*Aim of the exercise*
Please copy, exactly as they appear below, the lines from the one containing "f 262 260 441" through the one containing "f 157 155 156".

*Items from a dataset*
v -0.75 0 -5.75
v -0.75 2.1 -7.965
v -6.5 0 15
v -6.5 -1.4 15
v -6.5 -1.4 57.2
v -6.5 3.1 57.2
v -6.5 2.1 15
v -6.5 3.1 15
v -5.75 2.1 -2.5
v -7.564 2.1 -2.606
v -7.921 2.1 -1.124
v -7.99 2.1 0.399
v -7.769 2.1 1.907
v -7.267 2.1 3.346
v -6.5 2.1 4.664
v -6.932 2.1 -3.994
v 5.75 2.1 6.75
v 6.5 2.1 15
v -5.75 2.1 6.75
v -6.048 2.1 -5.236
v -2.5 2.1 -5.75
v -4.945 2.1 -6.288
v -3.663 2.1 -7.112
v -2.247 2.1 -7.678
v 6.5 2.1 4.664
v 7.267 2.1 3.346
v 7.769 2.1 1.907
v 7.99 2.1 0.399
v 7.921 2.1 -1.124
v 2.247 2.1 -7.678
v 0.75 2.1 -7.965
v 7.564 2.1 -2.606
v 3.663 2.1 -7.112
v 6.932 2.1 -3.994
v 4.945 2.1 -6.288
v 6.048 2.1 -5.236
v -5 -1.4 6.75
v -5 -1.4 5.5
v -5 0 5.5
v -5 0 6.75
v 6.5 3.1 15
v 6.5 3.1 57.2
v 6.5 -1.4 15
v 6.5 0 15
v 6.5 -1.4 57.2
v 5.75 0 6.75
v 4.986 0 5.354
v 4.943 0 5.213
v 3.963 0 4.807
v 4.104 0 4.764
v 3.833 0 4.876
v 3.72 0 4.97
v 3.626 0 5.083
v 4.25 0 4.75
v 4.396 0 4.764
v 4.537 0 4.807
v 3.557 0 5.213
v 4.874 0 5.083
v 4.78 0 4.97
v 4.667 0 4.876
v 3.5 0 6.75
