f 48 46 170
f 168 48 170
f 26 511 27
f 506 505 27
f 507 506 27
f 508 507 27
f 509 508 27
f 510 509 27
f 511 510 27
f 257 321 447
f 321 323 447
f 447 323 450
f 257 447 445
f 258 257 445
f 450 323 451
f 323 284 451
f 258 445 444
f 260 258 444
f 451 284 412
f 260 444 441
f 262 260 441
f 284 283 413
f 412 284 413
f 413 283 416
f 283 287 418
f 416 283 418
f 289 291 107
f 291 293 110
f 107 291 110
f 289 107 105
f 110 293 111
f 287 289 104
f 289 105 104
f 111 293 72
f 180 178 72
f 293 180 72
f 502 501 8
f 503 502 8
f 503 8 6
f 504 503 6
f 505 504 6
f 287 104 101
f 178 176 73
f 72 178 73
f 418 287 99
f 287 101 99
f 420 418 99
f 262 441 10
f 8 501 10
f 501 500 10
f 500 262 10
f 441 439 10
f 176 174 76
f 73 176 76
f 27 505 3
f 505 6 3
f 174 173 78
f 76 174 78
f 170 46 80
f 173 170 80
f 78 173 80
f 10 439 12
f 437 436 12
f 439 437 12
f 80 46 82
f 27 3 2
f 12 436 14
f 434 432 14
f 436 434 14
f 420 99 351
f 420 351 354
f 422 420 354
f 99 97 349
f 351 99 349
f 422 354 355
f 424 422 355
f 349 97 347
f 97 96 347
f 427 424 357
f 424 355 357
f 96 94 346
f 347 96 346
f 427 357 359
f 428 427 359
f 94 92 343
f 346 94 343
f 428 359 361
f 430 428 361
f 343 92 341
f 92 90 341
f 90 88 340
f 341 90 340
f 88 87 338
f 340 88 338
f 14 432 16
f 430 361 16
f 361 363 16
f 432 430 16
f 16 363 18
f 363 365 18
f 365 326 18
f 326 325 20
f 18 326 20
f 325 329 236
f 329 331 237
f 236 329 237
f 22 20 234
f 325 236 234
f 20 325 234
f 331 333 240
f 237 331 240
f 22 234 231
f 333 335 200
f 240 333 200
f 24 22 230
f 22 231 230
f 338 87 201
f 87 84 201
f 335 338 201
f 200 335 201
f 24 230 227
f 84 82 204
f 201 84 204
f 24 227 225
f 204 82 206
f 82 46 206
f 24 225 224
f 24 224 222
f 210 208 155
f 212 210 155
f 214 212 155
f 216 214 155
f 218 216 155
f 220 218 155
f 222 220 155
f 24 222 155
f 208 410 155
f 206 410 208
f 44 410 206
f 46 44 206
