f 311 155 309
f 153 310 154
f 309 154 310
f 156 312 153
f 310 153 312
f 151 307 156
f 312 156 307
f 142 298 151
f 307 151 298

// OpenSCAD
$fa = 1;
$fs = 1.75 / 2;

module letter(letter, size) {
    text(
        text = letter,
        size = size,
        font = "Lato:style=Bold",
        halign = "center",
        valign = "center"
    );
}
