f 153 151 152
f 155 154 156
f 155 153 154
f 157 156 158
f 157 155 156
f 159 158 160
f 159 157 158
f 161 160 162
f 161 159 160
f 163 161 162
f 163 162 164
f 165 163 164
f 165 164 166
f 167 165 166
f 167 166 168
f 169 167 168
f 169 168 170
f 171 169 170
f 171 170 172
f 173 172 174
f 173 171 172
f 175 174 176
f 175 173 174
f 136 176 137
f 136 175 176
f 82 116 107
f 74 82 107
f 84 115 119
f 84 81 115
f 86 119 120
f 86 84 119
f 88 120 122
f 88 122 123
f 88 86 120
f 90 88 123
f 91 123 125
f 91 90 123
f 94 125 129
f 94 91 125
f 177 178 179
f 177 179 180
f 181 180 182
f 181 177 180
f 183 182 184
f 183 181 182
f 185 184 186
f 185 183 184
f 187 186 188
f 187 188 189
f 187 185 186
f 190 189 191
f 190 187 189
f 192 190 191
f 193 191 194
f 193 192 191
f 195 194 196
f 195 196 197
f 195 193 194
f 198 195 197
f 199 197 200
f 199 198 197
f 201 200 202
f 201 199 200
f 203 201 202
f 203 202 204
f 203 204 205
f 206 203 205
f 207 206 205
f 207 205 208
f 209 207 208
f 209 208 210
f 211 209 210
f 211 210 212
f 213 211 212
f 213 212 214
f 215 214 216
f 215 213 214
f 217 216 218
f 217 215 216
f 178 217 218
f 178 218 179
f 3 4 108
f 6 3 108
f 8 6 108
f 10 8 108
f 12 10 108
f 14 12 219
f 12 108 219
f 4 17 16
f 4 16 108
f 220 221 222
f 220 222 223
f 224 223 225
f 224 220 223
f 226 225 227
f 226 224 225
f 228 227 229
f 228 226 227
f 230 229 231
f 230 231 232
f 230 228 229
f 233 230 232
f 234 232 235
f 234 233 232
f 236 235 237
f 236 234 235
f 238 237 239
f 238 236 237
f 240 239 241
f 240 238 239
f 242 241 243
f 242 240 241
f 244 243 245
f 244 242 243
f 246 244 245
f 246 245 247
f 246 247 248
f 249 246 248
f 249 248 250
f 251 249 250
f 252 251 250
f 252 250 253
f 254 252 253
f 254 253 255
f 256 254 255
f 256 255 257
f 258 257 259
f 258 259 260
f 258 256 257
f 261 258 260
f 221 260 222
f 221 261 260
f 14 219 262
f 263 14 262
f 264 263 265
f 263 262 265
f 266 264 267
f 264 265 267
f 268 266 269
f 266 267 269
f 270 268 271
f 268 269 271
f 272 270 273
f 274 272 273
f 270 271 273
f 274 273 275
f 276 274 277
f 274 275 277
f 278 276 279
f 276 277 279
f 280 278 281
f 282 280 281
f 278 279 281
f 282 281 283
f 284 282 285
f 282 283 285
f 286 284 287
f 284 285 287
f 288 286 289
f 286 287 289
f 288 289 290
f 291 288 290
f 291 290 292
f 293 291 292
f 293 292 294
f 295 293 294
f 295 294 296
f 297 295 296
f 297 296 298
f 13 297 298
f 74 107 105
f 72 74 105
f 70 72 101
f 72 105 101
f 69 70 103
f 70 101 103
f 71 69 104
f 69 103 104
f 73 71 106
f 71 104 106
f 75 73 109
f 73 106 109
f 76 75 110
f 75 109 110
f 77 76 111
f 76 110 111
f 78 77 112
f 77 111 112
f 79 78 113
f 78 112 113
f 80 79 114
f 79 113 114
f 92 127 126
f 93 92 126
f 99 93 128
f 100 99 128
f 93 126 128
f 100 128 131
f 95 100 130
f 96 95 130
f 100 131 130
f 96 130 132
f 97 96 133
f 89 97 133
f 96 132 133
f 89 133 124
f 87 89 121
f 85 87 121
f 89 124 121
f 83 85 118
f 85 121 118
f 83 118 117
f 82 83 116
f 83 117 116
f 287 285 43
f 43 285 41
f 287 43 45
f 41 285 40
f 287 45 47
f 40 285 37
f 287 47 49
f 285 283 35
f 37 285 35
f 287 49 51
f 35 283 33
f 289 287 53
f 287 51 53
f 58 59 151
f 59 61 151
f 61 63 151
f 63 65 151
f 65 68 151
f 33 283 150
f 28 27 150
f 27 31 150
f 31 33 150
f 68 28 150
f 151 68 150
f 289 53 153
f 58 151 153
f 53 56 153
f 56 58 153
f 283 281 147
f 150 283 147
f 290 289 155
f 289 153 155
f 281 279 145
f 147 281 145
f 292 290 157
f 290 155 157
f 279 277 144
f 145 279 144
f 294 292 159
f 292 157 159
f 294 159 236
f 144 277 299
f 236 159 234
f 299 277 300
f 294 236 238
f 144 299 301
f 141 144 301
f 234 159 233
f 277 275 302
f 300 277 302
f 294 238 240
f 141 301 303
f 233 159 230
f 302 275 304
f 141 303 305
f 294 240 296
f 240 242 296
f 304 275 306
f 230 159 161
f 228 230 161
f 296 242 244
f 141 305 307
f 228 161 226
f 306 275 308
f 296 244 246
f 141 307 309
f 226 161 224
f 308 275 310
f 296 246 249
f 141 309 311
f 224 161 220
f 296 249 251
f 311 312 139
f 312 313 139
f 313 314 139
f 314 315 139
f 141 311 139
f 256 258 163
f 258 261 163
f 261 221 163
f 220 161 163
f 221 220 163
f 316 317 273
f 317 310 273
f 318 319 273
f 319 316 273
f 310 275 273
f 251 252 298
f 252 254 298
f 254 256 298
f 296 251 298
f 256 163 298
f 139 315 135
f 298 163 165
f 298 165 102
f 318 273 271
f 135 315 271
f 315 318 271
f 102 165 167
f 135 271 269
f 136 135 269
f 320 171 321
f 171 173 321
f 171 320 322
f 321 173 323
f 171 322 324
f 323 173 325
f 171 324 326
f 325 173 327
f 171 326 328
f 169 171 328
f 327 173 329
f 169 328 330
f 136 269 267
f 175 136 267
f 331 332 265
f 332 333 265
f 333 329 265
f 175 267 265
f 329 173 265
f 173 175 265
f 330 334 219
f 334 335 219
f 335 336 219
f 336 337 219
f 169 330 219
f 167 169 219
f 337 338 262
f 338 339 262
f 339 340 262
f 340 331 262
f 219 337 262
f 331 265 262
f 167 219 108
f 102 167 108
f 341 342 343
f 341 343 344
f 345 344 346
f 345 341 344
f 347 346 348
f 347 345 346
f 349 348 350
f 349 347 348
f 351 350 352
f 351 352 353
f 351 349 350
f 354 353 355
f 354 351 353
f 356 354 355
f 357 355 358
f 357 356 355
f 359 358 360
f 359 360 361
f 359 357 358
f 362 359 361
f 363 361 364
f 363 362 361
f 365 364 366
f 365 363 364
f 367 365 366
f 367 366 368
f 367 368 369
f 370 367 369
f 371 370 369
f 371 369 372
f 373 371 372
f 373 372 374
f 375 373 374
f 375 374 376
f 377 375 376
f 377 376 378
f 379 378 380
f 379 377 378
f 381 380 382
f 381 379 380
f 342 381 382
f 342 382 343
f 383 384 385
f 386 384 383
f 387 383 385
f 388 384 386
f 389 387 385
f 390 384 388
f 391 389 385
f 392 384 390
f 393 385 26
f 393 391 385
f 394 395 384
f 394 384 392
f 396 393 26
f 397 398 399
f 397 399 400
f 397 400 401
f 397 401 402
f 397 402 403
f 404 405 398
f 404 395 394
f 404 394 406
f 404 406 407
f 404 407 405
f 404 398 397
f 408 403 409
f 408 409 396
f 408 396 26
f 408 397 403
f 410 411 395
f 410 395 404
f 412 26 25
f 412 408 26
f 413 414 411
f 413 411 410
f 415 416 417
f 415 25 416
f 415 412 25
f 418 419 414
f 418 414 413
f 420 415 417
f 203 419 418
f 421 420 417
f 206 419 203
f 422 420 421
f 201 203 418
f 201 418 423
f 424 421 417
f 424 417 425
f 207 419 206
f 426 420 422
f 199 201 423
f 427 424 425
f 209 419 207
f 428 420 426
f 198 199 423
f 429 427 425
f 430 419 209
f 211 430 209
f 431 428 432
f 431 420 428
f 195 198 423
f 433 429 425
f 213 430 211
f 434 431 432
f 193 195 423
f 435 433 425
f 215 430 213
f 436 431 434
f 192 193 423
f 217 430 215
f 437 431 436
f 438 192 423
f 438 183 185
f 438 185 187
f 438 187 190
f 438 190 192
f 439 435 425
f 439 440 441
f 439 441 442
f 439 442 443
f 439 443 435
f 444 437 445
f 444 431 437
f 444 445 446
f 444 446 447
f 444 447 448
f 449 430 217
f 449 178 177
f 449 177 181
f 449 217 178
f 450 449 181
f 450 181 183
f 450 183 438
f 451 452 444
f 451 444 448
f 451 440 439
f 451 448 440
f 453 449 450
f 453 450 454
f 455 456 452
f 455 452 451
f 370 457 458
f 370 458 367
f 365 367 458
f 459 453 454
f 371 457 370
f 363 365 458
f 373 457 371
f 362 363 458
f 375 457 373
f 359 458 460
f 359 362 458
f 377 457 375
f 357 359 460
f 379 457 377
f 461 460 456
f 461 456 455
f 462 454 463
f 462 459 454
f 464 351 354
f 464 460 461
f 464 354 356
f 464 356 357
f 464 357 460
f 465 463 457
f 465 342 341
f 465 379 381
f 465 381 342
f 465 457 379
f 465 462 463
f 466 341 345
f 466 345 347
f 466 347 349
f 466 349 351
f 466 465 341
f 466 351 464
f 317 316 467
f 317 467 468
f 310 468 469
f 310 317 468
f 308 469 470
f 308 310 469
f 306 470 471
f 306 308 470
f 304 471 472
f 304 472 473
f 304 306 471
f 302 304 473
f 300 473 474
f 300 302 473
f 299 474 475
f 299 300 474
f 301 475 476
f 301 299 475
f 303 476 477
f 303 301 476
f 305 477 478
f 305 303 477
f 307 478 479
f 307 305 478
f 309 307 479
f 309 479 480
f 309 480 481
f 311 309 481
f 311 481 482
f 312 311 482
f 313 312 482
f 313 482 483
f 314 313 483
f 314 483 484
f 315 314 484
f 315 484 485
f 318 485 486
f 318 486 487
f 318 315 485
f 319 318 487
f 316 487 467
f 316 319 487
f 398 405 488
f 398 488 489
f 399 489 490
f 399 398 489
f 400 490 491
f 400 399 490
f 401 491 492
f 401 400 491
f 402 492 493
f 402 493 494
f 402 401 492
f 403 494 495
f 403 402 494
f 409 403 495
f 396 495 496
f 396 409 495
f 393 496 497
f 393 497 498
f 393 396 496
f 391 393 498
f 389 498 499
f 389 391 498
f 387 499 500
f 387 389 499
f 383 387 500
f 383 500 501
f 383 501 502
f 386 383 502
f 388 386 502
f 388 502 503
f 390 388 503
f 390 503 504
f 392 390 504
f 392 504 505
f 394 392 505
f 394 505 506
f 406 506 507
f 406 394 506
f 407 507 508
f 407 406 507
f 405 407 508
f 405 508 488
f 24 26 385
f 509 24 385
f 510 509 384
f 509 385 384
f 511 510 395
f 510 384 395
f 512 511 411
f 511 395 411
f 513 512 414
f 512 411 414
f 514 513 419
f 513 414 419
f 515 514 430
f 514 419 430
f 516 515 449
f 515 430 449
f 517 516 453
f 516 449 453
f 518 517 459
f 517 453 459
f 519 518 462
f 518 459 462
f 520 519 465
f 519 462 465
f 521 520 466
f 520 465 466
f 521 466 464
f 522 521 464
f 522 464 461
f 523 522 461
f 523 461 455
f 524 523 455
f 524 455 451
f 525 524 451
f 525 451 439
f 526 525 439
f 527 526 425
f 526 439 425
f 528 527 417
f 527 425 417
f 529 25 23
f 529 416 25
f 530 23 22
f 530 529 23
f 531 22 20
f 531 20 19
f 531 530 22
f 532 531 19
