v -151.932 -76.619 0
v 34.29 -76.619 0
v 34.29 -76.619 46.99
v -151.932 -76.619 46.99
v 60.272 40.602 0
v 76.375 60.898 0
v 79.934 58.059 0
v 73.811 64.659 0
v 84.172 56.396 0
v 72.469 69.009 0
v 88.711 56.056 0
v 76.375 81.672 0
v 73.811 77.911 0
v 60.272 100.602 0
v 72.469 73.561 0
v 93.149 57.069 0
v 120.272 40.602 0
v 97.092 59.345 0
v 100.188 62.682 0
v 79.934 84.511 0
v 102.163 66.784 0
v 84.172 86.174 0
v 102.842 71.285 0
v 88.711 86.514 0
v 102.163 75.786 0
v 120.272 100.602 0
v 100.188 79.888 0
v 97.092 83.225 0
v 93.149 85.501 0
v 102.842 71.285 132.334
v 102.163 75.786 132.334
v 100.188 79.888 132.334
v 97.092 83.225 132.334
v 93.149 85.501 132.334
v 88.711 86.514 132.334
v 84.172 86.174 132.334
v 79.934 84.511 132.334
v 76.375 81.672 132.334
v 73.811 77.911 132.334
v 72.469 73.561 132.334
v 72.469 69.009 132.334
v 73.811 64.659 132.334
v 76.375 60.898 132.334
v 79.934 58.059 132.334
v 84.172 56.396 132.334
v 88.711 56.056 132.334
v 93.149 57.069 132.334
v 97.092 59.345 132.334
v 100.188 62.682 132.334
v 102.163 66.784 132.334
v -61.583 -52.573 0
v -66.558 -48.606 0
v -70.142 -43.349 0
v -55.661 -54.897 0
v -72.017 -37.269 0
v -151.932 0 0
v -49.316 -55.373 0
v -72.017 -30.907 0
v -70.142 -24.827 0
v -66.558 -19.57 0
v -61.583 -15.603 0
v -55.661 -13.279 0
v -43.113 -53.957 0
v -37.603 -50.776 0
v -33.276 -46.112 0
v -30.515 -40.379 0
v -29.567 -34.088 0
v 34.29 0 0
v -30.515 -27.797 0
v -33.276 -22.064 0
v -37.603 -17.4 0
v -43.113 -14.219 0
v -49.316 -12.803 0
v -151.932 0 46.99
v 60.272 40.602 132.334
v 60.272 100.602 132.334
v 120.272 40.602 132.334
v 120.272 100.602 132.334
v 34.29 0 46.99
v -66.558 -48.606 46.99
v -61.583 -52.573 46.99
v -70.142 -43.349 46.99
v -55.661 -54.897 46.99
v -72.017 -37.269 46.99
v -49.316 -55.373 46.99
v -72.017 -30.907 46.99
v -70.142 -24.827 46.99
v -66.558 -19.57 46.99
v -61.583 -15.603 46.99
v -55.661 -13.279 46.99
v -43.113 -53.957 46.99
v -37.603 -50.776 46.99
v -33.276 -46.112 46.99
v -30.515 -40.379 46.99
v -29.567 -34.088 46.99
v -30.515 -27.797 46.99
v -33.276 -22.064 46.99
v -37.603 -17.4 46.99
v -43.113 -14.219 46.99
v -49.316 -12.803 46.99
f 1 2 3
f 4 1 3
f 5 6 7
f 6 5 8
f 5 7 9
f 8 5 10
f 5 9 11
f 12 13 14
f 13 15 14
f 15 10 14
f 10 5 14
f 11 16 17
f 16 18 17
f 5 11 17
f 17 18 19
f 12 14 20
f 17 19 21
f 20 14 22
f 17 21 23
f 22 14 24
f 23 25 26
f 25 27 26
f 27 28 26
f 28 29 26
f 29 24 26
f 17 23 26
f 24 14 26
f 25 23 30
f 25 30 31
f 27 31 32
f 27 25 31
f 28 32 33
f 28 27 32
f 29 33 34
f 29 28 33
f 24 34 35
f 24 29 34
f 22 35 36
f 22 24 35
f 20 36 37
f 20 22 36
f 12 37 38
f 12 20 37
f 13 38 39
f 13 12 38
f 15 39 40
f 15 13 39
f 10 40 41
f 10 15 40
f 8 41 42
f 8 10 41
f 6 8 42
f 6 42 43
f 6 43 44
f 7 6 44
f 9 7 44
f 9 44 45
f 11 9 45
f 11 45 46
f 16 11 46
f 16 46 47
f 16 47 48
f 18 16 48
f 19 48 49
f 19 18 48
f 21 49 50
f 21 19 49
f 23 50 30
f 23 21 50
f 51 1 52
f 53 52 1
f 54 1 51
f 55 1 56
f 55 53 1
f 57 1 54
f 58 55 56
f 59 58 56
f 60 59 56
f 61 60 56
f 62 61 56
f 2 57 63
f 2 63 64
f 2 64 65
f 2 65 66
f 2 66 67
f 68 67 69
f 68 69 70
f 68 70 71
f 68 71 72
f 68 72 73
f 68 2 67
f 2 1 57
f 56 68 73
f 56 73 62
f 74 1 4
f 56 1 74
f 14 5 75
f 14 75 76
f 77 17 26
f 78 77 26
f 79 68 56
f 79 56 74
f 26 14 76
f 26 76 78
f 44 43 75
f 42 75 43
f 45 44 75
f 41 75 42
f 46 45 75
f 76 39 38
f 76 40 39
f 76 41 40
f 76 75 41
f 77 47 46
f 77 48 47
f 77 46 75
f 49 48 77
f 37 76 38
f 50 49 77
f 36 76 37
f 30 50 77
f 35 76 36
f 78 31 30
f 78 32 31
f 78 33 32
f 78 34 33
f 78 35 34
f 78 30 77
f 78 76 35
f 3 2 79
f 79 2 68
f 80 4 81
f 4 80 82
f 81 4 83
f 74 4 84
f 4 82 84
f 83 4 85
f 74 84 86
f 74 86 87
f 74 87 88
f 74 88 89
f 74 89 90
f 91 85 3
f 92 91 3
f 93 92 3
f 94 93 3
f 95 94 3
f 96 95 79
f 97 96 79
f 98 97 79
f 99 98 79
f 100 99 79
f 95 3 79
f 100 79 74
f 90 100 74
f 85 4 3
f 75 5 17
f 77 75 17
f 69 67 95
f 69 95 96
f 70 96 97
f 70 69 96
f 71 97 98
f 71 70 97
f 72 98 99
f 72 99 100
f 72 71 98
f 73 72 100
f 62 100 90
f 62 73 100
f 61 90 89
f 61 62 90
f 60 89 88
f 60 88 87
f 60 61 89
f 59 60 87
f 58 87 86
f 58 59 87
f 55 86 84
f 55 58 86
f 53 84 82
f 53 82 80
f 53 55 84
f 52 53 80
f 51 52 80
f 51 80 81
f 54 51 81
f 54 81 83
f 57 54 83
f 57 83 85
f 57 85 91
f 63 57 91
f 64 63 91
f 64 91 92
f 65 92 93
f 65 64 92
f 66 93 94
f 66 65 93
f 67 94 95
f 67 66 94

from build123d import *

# Parameters (mm, degrees)
F0_W     = 93.0038541555
F0_H     = 76.6185969114
F0_R     = 21.3443090391
F1_DEPTH = 46.99
F2_DEPTH = 34.29
F3_DEPTH = 58.928
F4_W     = 60
F4_H     = 60
F4_R     = 15.2716118789
F5_DEPTH = 132.334


with BuildPart() as f1:
    # F0 (on Top) → F1 (new body)
    with BuildSketch(Plane.XY):
        with Locations((-46.5019270778, -38.3092984557)):
            Rectangle(F0_W, F0_H)
        with Locations((-50.9113110602, -34.0880826116)):
            Circle(F0_R, mode=Mode.SUBTRACT)
    extrude(amount=F1_DEPTH)

    # F2 (add): a face of the model
    f2_faces = [f1.faces().sort_by_distance(p)[0] for p in [
        (0, -38.3092984557, 23.495),
    ]]
    extrude(f2_faces, amount=F2_DEPTH)

    # F3 (add): a face of the model
    f3_faces = [f1.faces().sort_by_distance(p)[0] for p in [
        (-93.0038541555, -38.3092984557, 23.495),
    ]]
    extrude(f3_faces, amount=F3_DEPTH)


with BuildPart() as f5:
    # F4 (on Top) → F5 (new body)
    with BuildSketch(Plane.XY):
        with Locations((90.2718063444, 70.6015230619)):
            Rectangle(F4_W, F4_H)
        with Locations((87.5700501066, 71.2849623934)):
            Circle(F4_R, mode=Mode.SUBTRACT)
    extrude(amount=F5_DEPTH)


solid = Compound([f1.part, f5.part])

*Exercise result*
f 262 260 441
f 284 283 413
f 412 284 413
f 413 283 416
f 283 287 418
f 416 283 418
f 289 291 107
f 291 293 110
f 107 291 110
f 289 107 105
f 110 293 111
f 287 289 104
f 289 105 104
f 111 293 72
f 180 178 72
f 293 180 72
f 502 501 8
f 503 502 8
f 503 8 6
f 504 503 6
f 505 504 6
f 287 104 101
f 178 176 73
f 72 178 73
f 418 287 99
f 287 101 99
f 420 418 99
f 262 441 10
f 8 501 10
f 501 500 10
f 500 262 10
f 441 439 10
f 176 174 76
f 73 176 76
f 27 505 3
f 505 6 3
f 174 173 78
f 76 174 78
f 170 46 80
f 173 170 80
f 78 173 80
f 10 439 12
f 437 436 12
f 439 437 12
f 80 46 82
f 27 3 2
f 12 436 14
f 434 432 14
f 436 434 14
f 420 99 351
f 420 351 354
f 422 420 354
f 99 97 349
f 351 99 349
f 422 354 355
f 424 422 355
f 349 97 347
f 97 96 347
f 427 424 357
f 424 355 357
f 96 94 346
f 347 96 346
f 427 357 359
f 428 427 359
f 94 92 343
f 346 94 343
f 428 359 361
f 430 428 361
f 343 92 341
f 92 90 341
f 90 88 340
f 341 90 340
f 88 87 338
f 340 88 338
f 14 432 16
f 430 361 16
f 361 363 16
f 432 430 16
f 16 363 18
f 363 365 18
f 365 326 18
f 326 325 20
f 18 326 20
f 325 329 236
f 329 331 237
f 236 329 237
f 22 20 234
f 325 236 234
f 20 325 234
f 331 333 240
f 237 331 240
f 22 234 231
f 333 335 200
f 240 333 200
f 24 22 230
f 22 231 230
f 338 87 201
f 87 84 201
f 335 338 201
f 200 335 201
f 24 230 227
f 84 82 204
f 201 84 204
f 24 227 225
f 204 82 206
f 82 46 206
f 24 225 224
f 24 224 222
f 210 208 155
f 212 210 155
f 214 212 155
f 216 214 155
f 218 216 155
f 220 218 155
f 222 220 155
f 24 222 155
f 208 410 155
f 206 410 208
f 44 410 206
f 46 44 206
f 311 155 309
f 153 310 154
f 309 154 310
f 156 312 153
f 310 153 312
f 151 307 156
f 312 156 307
f 142 298 151
f 307 151 298

// OpenSCAD
$fa = 1;
$fs = 1.75 / 2;

module letter(letter, size) {
    text(
        text = letter,
        size = size,
        font = "Lato:style=Bold",
        halign = "center",
        valign = "center"
    );
}
f 153 151 152
f 155 154 156
f 155 153 154
f 157 156 158
f 157 155 156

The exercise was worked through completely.